6.2 Integration Tests

  • End-to-end container lifecycle with mocked Docker daemon.
  • Security integration: injection attempts rejected at MCP boundary.

6.3 Mocking Pattern

from unittest.mock import MagicMock, patch

@pytest.fixture
def mock_docker_client() -> MagicMock:
    client = MagicMock(spec=docker.DockerClient)
    client.containers = MagicMock()
    return client

@pytest.fixture
def driver(mock_docker_client: MagicMock) -> DockerDriver:
    return DockerDriver(client=mock_docker_client)
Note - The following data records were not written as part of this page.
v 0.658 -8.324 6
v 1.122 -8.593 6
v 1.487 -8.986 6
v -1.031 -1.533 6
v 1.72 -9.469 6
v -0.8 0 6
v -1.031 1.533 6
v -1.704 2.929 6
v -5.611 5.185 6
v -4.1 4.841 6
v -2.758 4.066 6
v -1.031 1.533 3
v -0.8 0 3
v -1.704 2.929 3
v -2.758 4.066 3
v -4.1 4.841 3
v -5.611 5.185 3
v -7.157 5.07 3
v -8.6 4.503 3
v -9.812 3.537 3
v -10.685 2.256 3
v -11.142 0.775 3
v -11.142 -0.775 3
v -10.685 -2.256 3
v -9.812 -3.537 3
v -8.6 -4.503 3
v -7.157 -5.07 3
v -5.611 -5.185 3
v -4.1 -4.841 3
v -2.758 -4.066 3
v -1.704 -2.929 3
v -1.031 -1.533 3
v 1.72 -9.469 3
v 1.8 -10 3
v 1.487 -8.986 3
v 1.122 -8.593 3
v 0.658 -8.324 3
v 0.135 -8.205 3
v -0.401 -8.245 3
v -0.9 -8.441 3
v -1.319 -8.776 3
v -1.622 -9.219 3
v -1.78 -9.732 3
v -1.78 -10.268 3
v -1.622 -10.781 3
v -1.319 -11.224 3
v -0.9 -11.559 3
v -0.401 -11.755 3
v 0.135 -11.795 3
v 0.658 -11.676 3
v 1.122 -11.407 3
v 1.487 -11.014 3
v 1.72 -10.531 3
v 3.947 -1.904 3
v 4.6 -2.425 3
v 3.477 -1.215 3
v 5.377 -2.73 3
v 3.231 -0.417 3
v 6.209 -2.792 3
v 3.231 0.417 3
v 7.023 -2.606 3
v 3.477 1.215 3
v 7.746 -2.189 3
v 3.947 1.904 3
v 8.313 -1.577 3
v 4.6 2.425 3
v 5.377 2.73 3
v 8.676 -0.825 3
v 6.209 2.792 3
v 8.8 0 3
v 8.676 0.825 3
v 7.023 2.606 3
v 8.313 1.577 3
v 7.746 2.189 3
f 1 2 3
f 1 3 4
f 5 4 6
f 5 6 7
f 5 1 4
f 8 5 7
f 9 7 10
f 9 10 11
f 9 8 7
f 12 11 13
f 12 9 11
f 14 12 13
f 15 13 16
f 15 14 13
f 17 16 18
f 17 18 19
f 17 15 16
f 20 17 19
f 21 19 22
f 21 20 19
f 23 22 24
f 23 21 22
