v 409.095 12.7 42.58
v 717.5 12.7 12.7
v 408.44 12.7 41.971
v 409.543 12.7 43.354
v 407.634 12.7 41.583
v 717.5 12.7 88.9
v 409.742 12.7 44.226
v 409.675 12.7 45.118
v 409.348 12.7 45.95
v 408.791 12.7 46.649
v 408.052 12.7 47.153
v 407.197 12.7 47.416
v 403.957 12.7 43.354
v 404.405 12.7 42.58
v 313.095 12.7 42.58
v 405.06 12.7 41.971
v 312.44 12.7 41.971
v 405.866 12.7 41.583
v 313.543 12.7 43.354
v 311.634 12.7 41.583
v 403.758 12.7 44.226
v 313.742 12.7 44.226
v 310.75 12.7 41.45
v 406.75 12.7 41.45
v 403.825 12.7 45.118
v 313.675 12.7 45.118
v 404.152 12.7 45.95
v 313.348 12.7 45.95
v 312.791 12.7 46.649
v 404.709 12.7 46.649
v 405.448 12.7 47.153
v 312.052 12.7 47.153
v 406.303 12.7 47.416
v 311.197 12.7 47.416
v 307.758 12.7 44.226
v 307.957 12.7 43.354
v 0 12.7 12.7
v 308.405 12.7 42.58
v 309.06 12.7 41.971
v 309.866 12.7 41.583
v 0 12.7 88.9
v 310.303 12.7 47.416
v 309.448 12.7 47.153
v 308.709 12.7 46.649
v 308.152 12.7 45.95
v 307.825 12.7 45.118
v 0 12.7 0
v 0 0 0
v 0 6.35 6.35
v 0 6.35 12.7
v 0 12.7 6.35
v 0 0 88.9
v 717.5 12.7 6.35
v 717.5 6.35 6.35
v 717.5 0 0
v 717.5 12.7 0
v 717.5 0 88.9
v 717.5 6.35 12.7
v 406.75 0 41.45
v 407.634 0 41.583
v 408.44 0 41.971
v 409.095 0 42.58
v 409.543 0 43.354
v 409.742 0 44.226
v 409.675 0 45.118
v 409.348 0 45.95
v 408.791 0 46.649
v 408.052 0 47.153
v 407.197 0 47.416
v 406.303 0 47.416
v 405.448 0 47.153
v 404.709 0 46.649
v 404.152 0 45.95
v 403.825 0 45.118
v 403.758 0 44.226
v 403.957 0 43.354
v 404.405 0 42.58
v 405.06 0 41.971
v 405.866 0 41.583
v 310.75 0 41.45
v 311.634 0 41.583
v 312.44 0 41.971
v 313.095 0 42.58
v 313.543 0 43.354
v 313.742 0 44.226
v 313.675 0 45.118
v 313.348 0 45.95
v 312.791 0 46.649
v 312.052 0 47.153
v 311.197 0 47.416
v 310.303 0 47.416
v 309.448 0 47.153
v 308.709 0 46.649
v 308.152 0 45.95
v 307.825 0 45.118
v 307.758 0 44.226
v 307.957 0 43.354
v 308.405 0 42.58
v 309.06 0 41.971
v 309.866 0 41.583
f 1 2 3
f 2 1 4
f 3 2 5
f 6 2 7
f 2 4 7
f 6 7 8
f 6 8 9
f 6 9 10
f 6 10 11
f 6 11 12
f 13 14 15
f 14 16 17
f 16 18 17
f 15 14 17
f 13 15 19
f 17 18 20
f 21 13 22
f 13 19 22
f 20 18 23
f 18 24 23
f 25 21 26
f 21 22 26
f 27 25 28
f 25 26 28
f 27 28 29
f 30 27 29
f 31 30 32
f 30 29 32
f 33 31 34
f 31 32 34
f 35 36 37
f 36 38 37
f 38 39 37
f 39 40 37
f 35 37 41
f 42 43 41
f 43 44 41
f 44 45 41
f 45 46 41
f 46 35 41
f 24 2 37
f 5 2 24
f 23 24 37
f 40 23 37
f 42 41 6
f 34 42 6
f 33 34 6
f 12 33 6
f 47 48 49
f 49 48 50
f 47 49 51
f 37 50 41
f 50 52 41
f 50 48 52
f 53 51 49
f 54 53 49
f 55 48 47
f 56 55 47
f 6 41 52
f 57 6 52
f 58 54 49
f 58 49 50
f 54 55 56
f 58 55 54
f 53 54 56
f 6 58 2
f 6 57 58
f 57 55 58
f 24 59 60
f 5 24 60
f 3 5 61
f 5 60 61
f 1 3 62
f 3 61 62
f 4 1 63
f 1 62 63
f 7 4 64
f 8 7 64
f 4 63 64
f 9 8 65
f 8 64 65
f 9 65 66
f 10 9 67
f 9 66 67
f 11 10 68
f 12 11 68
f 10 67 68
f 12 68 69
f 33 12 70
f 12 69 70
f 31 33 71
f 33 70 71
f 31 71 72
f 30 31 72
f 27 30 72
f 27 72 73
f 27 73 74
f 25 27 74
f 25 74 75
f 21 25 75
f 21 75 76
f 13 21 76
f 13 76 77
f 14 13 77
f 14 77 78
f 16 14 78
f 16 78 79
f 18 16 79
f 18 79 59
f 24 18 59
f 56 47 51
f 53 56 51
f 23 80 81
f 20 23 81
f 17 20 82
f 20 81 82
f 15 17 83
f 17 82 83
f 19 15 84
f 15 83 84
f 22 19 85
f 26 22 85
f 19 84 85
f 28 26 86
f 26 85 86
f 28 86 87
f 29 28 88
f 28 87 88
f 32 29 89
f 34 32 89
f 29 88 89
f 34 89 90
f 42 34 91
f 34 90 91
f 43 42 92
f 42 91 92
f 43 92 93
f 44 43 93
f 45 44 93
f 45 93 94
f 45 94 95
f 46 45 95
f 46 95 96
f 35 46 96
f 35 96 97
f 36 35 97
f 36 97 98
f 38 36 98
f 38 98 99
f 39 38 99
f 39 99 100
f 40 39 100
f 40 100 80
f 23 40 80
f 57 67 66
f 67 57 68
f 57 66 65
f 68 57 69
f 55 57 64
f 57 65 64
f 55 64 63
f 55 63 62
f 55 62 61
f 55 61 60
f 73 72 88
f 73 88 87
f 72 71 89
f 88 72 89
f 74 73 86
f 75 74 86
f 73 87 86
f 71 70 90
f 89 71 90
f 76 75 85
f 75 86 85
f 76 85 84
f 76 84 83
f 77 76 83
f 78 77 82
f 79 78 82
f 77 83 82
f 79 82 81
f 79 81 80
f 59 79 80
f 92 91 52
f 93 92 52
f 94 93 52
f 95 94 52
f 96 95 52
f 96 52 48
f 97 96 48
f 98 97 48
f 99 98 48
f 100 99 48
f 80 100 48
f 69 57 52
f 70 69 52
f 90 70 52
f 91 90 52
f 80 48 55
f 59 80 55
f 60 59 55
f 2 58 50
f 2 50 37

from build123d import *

# Parameters (mm, degrees)
PAD_DEPTH   = 717.5
SKETCH003_R = 3
HOLE_DEPTH  = 12.701


with BuildPart() as part:
    # Sketch → Pad (new body)
    with BuildSketch(Plane.YZ):
        Polygon((0, 0), (12.7, 0), (12.7, 6.35), (6.35, 6.35), (6.35, 12.7), (12.7, 12.7), (12.7, 88.9), (0, 88.9), align=None)
    extrude(amount=PAD_DEPTH)

    # Sketch003 → Hole (cut, through all)
    with BuildSketch(Plane(origin=(0, 0, 0), x_dir=(0, 0, -1), z_dir=(0, -1, 0))):
        with Locations((-44.45, 310.75)):
            Circle(SKETCH003_R)
        with Locations((-44.45, 406.75)):
            Circle(SKETCH003_R)
    extrude(amount=-HOLE_DEPTH, mode=Mode.SUBTRACT)


solid = part.part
7. ServiceRegistry Integration

DriverType.DOCKER already exists in src/gpumod/models.py. The registry needs one change in src/gpumod/services/registry.py:

from gpumod.services.drivers.docker import DockerDriver

# In ServiceRegistry.__init__():
self._drivers: dict[DriverType, ServiceDriver] = {
    DriverType.VLLM: VLLMDriver(),
    DriverType.LLAMACPP: LlamaCppDriver(),
    DriverType.FASTAPI: FastAPIDriver(),
    DriverType.DOCKER: DockerDriver(),  # NEW
}

This follows the Open/Closed Principle: no changes to existing drivers.


8. Dependency Addition

Add to pyproject.toml:

dependencies = [
    # ... existing deps ...
    "docker>=7.0,<8.0",
]

The docker package is a well-maintained library (PyPI, Docker Inc.) with no transitive security concerns beyond requests and urllib3 which are already common in Python ecosystems.


9. Out of Scope (for P7-T2 implementation)
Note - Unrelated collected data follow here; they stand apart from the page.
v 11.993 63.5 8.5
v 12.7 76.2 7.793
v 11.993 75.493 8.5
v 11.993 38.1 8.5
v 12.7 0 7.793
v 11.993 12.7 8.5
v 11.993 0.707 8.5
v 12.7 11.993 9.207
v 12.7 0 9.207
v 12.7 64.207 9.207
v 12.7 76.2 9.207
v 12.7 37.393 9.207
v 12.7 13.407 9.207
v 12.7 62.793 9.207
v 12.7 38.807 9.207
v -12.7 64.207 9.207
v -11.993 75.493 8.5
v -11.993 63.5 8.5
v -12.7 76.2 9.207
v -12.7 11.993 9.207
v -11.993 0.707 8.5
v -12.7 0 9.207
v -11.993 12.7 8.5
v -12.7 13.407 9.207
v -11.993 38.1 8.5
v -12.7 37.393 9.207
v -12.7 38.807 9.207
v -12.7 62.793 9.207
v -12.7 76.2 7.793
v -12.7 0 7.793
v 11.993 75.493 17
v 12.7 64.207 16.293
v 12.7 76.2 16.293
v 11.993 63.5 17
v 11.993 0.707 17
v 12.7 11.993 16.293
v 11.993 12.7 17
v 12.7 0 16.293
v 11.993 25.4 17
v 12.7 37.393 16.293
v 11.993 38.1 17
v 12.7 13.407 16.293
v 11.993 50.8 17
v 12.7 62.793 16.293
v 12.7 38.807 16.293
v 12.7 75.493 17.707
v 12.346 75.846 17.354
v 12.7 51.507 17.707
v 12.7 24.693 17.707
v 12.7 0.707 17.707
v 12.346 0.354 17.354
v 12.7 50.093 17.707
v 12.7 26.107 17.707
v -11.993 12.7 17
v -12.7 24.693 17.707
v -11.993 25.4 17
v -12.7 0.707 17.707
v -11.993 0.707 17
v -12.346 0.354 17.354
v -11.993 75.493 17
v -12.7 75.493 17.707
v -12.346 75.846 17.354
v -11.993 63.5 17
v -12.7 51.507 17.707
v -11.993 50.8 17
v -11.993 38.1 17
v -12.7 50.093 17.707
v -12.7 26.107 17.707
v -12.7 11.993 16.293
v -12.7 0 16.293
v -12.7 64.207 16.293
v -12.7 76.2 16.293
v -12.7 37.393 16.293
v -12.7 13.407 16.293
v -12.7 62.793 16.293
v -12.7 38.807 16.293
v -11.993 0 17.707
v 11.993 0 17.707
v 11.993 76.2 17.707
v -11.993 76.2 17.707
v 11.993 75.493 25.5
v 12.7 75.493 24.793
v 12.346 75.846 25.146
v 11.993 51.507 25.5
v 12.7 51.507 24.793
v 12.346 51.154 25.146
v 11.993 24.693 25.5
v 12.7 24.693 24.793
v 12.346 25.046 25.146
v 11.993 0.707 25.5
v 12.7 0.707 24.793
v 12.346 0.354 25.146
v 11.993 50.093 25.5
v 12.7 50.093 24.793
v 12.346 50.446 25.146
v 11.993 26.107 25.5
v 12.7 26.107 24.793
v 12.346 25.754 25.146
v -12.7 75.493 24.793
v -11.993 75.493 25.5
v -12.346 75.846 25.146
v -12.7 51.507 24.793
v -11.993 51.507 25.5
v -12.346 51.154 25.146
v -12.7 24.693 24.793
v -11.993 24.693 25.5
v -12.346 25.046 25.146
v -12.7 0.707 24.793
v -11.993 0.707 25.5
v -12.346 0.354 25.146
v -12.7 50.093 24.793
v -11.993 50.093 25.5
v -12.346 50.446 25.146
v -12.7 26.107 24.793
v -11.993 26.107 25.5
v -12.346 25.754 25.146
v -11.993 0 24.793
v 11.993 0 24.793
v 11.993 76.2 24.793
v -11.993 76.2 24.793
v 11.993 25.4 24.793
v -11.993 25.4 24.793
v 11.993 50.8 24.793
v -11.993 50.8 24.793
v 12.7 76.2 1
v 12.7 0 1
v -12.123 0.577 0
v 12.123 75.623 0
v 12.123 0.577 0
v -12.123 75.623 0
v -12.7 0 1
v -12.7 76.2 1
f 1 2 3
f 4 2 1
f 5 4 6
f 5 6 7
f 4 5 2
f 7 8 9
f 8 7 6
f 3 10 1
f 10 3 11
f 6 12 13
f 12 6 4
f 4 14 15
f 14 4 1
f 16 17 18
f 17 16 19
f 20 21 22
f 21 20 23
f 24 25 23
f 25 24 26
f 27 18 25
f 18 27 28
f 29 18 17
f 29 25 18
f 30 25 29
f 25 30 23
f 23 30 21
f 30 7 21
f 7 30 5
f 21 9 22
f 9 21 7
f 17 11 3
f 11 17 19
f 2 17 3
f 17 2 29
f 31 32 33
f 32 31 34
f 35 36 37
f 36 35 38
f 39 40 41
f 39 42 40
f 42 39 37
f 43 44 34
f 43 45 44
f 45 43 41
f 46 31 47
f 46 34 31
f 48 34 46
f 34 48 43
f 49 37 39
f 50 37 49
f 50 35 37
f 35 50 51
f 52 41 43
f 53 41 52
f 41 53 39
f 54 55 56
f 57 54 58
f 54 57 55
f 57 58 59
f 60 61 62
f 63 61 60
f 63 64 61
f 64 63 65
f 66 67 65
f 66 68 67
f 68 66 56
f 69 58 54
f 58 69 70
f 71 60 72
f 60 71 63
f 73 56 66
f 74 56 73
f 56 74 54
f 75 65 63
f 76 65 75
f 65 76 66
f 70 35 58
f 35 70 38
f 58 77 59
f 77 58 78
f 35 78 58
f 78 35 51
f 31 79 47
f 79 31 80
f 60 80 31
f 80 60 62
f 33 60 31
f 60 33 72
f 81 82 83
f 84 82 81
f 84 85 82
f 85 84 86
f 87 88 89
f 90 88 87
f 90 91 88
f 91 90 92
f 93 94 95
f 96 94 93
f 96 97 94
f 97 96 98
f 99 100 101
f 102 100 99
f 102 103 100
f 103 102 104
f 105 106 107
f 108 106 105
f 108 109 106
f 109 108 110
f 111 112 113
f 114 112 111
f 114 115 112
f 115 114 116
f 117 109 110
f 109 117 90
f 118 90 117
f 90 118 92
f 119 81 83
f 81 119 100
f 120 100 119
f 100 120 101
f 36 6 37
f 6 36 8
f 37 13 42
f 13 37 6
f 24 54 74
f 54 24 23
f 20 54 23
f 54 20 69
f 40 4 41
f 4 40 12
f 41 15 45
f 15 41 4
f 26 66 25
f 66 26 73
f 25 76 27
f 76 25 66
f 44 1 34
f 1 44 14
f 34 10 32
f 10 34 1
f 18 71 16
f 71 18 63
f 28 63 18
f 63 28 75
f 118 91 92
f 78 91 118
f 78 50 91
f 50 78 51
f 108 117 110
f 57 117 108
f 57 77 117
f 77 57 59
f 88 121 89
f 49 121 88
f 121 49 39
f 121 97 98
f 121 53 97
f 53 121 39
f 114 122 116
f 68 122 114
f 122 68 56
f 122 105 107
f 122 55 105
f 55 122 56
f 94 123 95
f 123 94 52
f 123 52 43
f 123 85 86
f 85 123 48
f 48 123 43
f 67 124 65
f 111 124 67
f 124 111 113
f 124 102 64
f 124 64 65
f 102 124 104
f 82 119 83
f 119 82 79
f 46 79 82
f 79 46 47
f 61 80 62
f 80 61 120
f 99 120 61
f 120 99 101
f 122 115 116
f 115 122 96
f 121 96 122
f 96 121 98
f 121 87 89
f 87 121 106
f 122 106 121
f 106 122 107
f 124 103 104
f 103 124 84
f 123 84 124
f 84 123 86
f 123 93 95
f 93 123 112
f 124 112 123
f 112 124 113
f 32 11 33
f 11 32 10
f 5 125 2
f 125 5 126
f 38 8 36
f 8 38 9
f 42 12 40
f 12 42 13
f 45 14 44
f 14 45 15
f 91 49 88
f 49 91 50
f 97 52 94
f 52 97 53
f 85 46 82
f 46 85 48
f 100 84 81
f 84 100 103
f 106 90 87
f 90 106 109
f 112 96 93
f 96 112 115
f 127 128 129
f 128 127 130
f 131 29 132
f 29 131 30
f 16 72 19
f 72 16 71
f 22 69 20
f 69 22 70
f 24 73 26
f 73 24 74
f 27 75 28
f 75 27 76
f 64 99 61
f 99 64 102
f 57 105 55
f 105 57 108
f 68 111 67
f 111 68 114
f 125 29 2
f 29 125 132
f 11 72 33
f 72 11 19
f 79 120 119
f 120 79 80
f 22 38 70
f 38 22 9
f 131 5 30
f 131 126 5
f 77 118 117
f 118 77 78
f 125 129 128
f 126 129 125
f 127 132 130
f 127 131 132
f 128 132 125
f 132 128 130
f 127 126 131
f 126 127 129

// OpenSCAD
thickness=8.5;
tilex=6;
tiley=3;
inch=25.4;
groove=1;


//wall
    difference()
    {
        translate([0,tiley*inch/2,thickness*1.5])cube([inch,tiley*inch,thickness*3],center=true);
        
        pocks=floor(rands(0,(tiley)*1,1)[0]);
        //pocks=0;
        //echo (pocks);
        for (ii=[0:pocks])
        {
            shapenum = floor(rands(0,16,1)[0])+1;
            echo(shapenum);
            angle=floor(rands(0,360,1)[0])+1;
            xx=-1*(thickness*2+inch/2)+((thickness*4+inch))*(rands(0,1,1)[0]); //total area is the top (inch/2) and the wall (2 thicknesses)
            yy=inch*(rands(0,tiley,1)[0]);
            zz1=(inch/2+thickness*3)-xx;  //pivot is going to be the total area, minus how far we've gone so far (xx)
            zz2=xx+(inch/2+thickness*3);
            translate([xx,yy,thickness*3])rotate([0,0,angle])blemish(shapenum);
            translate([inch/2,yy,zz1])rotate([0,90,0])rotate([0,0,angle])blemish(shapenum);
            translate([-inch/2,yy,zz2])rotate([0,-90,0])rotate([0,0,angle])blemish(shapenum);
        }
        for (ii=[0:2])//horizontal lines
        {
            translate([inch/2,tiley*inch/2,thickness*1+(ii*thickness)])rotate([0,45,0])cube([groove,tiley*inch*2,groove],center=true);
            
            translate([-inch/2,tiley*inch/2,thickness*1+(ii*thickness)])rotate([0,45,0])cube([groove,tiley*inch*2,groove],center=true);
            translate([0,0,thickness*1+(ii*thickness)])rotate([45,0,0])cube([inch*2,groove,groove],center=true);
            translate([0,inch*tiley,thickness*1+(ii*thickness)])rotate([45,0,0])cube([inch*2,groove,groove],center=true);
        }
        for (ii=[0:tiley])
            //middle row
        {
            translate([inch/2,inch*ii+inch/2,thickness+thickness*.5])rotate([0,0,45])cube([groove,groove,thickness],center=true);
            translate([-inch/2,inch*ii+inch/2,thickness+thickness*.5])rotate([0,0,45])cube([groove,groove,thickness],center=true);
        }
        for (ii=[0:tiley])
        {
            //top row
            translate([inch/2,inch*ii,thickness*2+thickness*.5])rotate([0,0,45])cube([groove,groove,thickness],center=true);
            translate([-inch/2,inch*ii,thickness*2+thickness*.5])rotate([0,0,45])cube([groove,groove,thickness],center=true);
        }
        for (ii=[0:tiley])
        {
            //top grooves
            translate([0,inch*ii,thickness*3])rotate([45,0,0])cube([inch*2,groove,groove],center=true);
        }

        translate([inch/2,tiley*inch/2,0])rotate([0,30,0])cube([groove,tiley*inch*2,groove*2],center=true);
        translate([-inch/2,tiley*inch/2,0])rotate([0,60,0])cube([groove*2,tiley*inch*2,groove],center=true);
        translate([tilex*inch/2,tiley*inch,0])rotate([60,0,0])cube([tilex*inch*2,groove*2,groove],center=true);
        translate([tilex*inch/2,0,0])rotate([30,0,0])cube([tilex*inch*2,groove,groove*2],center=true);
        
    }

module selectshape(shapenum)
{
    
    if (shapenum==1){ shape01(); }
    if (shapenum==2){ shape02(); }
    if (shapenum==3){ shape03(); }
    if (shapenum==4){ shape04(); }
    if (shapenum==5){ shape05(); }
    if (shapenum==6){ shape06(); }
    if (shapenum==7){ shape07(); }
    if (shapenum==8){ shape08(); }
    if (shapenum==9){ shape09(); }
    if (shapenum==10){ shape10(); }
    if (shapenum==11){ shape11(); }
    if (shapenum==12){ shape12(); }
    if (shapenum==13){ shape13(); }
    if (shapenum==14){ shape14(); }
    if (shapenum==15){ shape15(); }
    if (shapenum==16){ shape16(); }
}
module blemish(shapenum)
{
    
    {
        translate([0,0,-.5])linear_extrude(height=.101)selectshape(shapenum);
        translate([0,0,-.4])linear_extrude(height=.101)minkowski(){selectshape(shapenum); circle(r=.1);}
        translate([0,0,-.3])linear_extrude(height=.101)minkowski(){selectshape(shapenum); circle(r=.2);}
        translate([0,0,-.2])linear_extrude(height=.101)minkowski(){selectshape(shapenum); circle(r=.3);}
        translate([0,0,-.1])linear_extrude(height=.101)minkowski(){selectshape(shapenum); circle(r=.4);}
    }
}
module shape01()
{
    translate([-3,-2])scale(.8)import("blemish/shape001.dxf");
}
module shape02()
{
    translate([-3,-2])scale(.8)import("blemish/shape002.dxf");
}
module shape03()
{
    translate([-3,-2,0])scale(.8)import("blemish/shape003.dxf");
}
module shape04()
{
    translate([-14,-18,0])scale(.8)import("blemish/shape004.dxf");
}
module shape05()
{
    translate([-13,-10,0])scale(.8)import("blemish/shape005.dxf");
}
module shape06()
{
    translate([-2,-4,0])scale(.32)import("blemish/shape006.dxf");
}
module shape07()
{
    translate([-9,-9,0])scale(.3)import("blemish/shape007.dxf");
}
module shape08()
{
    translate([-6,-12,0])scale(.6)import("blemish/shape008.dxf");
}
module shape09()
{
    translate([-2,-2,0])scale(.2)import("blemish/shape009.dxf");
}
module shape10()
{
    translate([-1,-3,0])scale(.1)import("blemish/shape010.dxf");
}
module shape11()
{
    translate([-2,-4,0])scale(.3)import("blemish/shape011.dxf");
}
module shape12()
{
    translate([-6,-2,0])scale(.6)import("blemish/shape012.dxf");
}
module shape13()
{
    translate([-9,-14,0])scale(.7)import("blemish/shape013.dxf");
}
module shape14()
{
    translate([-0.5,-1,0])scale(.1)import("blemish/shape014.dxf");
}
module shape15()
{
    translate([-.5,-.5,0])scale(.1)import("blemish/shape015.dxf");
}
module shape16()
{
    translate([-6,-6,0])scale(.5)import("blemish/shape016.dxf");
}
  • Docker Compose support (multi-container stacks).
  • Image build from Dockerfile.
  • Container log streaming to gpumod CLI (future enhancement).
  • Registry authentication (image pull from private registries).
  • Docker Swarm or Kubernetes integration.
  • podman specific API differences (works via compatible socket).